Entries supplied:
........
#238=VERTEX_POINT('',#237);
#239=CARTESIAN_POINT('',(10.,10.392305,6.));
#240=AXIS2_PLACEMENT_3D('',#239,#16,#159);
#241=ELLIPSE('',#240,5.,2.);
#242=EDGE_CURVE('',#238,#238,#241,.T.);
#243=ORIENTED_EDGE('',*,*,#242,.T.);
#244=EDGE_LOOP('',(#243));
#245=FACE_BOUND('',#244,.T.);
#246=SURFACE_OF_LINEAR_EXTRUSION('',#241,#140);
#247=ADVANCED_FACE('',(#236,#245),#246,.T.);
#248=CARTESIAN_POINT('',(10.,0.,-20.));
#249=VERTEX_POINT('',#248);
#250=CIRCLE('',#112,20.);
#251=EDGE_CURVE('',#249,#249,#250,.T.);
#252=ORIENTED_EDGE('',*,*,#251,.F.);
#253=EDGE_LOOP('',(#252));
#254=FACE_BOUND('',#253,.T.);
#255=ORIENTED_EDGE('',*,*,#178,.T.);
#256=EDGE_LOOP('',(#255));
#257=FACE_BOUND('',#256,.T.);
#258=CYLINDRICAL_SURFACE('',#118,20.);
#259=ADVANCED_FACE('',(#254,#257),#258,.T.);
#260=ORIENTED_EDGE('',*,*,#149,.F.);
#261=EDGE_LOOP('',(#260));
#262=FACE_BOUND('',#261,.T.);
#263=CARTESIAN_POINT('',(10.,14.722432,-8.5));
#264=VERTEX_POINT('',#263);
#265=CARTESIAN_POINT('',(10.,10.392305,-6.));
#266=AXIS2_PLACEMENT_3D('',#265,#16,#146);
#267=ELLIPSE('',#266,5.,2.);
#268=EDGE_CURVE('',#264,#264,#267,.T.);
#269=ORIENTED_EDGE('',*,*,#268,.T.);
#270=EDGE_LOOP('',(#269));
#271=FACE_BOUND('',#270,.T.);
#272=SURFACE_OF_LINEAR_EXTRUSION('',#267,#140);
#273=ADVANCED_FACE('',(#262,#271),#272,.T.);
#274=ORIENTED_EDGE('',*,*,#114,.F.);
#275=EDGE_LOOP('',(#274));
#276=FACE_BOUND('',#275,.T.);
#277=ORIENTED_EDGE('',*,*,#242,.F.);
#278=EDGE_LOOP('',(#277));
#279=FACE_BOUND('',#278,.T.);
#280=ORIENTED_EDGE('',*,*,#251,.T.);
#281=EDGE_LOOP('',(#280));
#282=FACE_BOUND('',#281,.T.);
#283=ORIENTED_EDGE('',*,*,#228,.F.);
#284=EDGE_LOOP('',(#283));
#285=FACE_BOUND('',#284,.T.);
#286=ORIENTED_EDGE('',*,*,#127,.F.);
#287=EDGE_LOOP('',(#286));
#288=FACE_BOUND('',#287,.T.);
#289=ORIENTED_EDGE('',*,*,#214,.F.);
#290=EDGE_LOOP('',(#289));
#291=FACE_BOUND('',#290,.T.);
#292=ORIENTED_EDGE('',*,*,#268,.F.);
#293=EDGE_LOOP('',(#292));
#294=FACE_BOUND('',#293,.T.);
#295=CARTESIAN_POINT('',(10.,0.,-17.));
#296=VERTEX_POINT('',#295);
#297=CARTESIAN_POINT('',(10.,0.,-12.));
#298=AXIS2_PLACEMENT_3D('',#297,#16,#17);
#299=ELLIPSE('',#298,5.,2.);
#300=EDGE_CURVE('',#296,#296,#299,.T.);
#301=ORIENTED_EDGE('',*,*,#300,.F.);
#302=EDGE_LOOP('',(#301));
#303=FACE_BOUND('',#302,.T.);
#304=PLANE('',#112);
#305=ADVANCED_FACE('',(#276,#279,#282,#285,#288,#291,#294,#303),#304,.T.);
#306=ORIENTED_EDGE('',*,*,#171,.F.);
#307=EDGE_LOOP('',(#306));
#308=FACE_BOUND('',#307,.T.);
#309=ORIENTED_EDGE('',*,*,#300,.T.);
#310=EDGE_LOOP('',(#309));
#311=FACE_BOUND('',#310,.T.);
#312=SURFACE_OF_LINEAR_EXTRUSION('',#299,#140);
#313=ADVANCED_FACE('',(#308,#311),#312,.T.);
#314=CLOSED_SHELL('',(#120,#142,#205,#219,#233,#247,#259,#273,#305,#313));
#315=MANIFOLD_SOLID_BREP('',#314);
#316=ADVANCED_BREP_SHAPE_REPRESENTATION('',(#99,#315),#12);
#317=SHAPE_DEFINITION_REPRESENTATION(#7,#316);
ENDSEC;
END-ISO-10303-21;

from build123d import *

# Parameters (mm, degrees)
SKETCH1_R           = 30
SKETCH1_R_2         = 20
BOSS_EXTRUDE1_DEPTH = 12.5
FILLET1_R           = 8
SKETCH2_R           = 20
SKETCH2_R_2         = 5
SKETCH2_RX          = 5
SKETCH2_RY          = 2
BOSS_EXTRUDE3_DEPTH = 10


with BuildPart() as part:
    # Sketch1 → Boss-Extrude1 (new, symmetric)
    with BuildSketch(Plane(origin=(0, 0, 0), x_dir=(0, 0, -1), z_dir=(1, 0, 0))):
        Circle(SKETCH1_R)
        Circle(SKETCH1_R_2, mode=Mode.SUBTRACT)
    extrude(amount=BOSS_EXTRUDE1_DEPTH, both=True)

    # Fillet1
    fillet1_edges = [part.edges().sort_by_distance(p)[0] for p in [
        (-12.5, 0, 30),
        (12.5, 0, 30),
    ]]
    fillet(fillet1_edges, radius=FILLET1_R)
........
Task brief: Repeat each record exactly. Omit nothing.

Task response:
#238=VERTEX_POINT('',#237);
#239=CARTESIAN_POINT('',(10.,10.392305,6.));
#240=AXIS2_PLACEMENT_3D('',#239,#16,#159);
#241=ELLIPSE('',#240,5.,2.);
#242=EDGE_CURVE('',#238,#238,#241,.T.);
#243=ORIENTED_EDGE('',*,*,#242,.T.);
#244=EDGE_LOOP('',(#243));
#245=FACE_BOUND('',#244,.T.);
#246=SURFACE_OF_LINEAR_EXTRUSION('',#241,#140);
#247=ADVANCED_FACE('',(#236,#245),#246,.T.);
#248=CARTESIAN_POINT('',(10.,0.,-20.));
#249=VERTEX_POINT('',#248);
#250=CIRCLE('',#112,20.);
#251=EDGE_CURVE('',#249,#249,#250,.T.);
#252=ORIENTED_EDGE('',*,*,#251,.F.);
#253=EDGE_LOOP('',(#252));
#254=FACE_BOUND('',#253,.T.);
#255=ORIENTED_EDGE('',*,*,#178,.T.);
#256=EDGE_LOOP('',(#255));
#257=FACE_BOUND('',#256,.T.);
#258=CYLINDRICAL_SURFACE('',#118,20.);
#259=ADVANCED_FACE('',(#254,#257),#258,.T.);
#260=ORIENTED_EDGE('',*,*,#149,.F.);
#261=EDGE_LOOP('',(#260));
#262=FACE_BOUND('',#261,.T.);
#263=CARTESIAN_POINT('',(10.,14.722432,-8.5));
#264=VERTEX_POINT('',#263);
#265=CARTESIAN_POINT('',(10.,10.392305,-6.));
#266=AXIS2_PLACEMENT_3D('',#265,#16,#146);
#267=ELLIPSE('',#266,5.,2.);
#268=EDGE_CURVE('',#264,#264,#267,.T.);
#269=ORIENTED_EDGE('',*,*,#268,.T.);
#270=EDGE_LOOP('',(#269));
#271=FACE_BOUND('',#270,.T.);
#272=SURFACE_OF_LINEAR_EXTRUSION('',#267,#140);
#273=ADVANCED_FACE('',(#262,#271),#272,.T.);
#274=ORIENTED_EDGE('',*,*,#114,.F.);
#275=EDGE_LOOP('',(#274));
#276=FACE_BOUND('',#275,.T.);
#277=ORIENTED_EDGE('',*,*,#242,.F.);
#278=EDGE_LOOP('',(#277));
#279=FACE_BOUND('',#278,.T.);
#280=ORIENTED_EDGE('',*,*,#251,.T.);
#281=EDGE_LOOP('',(#280));
#282=FACE_BOUND('',#281,.T.);
#283=ORIENTED_EDGE('',*,*,#228,.F.);
#284=EDGE_LOOP('',(#283));
#285=FACE_BOUND('',#284,.T.);
#286=ORIENTED_EDGE('',*,*,#127,.F.);
#287=EDGE_LOOP('',(#286));
#288=FACE_BOUND('',#287,.T.);
#289=ORIENTED_EDGE('',*,*,#214,.F.);
#290=EDGE_LOOP('',(#289));
#291=FACE_BOUND('',#290,.T.);
#292=ORIENTED_EDGE('',*,*,#268,.F.);
#293=EDGE_LOOP('',(#292));
#294=FACE_BOUND('',#293,.T.);
#295=CARTESIAN_POINT('',(10.,0.,-17.));
#296=VERTEX_POINT('',#295);
#297=CARTESIAN_POINT('',(10.,0.,-12.));
#298=AXIS2_PLACEMENT_3D('',#297,#16,#17);
#299=ELLIPSE('',#298,5.,2.);
#300=EDGE_CURVE('',#296,#296,#299,.T.);
#301=ORIENTED_EDGE('',*,*,#300,.F.);
#302=EDGE_LOOP('',(#301));
#303=FACE_BOUND('',#302,.T.);
#304=PLANE('',#112);
#305=ADVANCED_FACE('',(#276,#279,#282,#285,#288,#291,#294,#303),#304,.T.);
#306=ORIENTED_EDGE('',*,*,#171,.F.);
#307=EDGE_LOOP('',(#306));
#308=FACE_BOUND('',#307,.T.);
#309=ORIENTED_EDGE('',*,*,#300,.T.);
#310=EDGE_LOOP('',(#309));
#311=FACE_BOUND('',#310,.T.);
#312=SURFACE_OF_LINEAR_EXTRUSION('',#299,#140);
#313=ADVANCED_FACE('',(#308,#311),#312,.T.);
#314=CLOSED_SHELL('',(#120,#142,#205,#219,#233,#247,#259,#273,#305,#313));
#315=MANIFOLD_SOLID_BREP('',#314);
#316=ADVANCED_BREP_SHAPE_REPRESENTATION('',(#99,#315),#12);
#317=SHAPE_DEFINITION_REPRESENTATION(#7,#316);
ENDSEC;
END-ISO-10303-21;

from build123d import *

# Parameters (mm, degrees)
SKETCH1_R           = 30
SKETCH1_R_2         = 20
BOSS_EXTRUDE1_DEPTH = 12.5
FILLET1_R           = 8
SKETCH2_R           = 20
SKETCH2_R_2         = 5
SKETCH2_RX          = 5
SKETCH2_RY          = 2
BOSS_EXTRUDE3_DEPTH = 10


with BuildPart() as part:
    # Sketch1 → Boss-Extrude1 (new, symmetric)
    with BuildSketch(Plane(origin=(0, 0, 0), x_dir=(0, 0, -1), z_dir=(1, 0, 0))):
        Circle(SKETCH1_R)
        Circle(SKETCH1_R_2, mode=Mode.SUBTRACT)
    extrude(amount=BOSS_EXTRUDE1_DEPTH, both=True)

    # Fillet1
    fillet1_edges = [part.edges().sort_by_distance(p)[0] for p in [
        (-12.5, 0, 30),
        (12.5, 0, 30),
    ]]
    fillet(fillet1_edges, radius=FILLET1_R)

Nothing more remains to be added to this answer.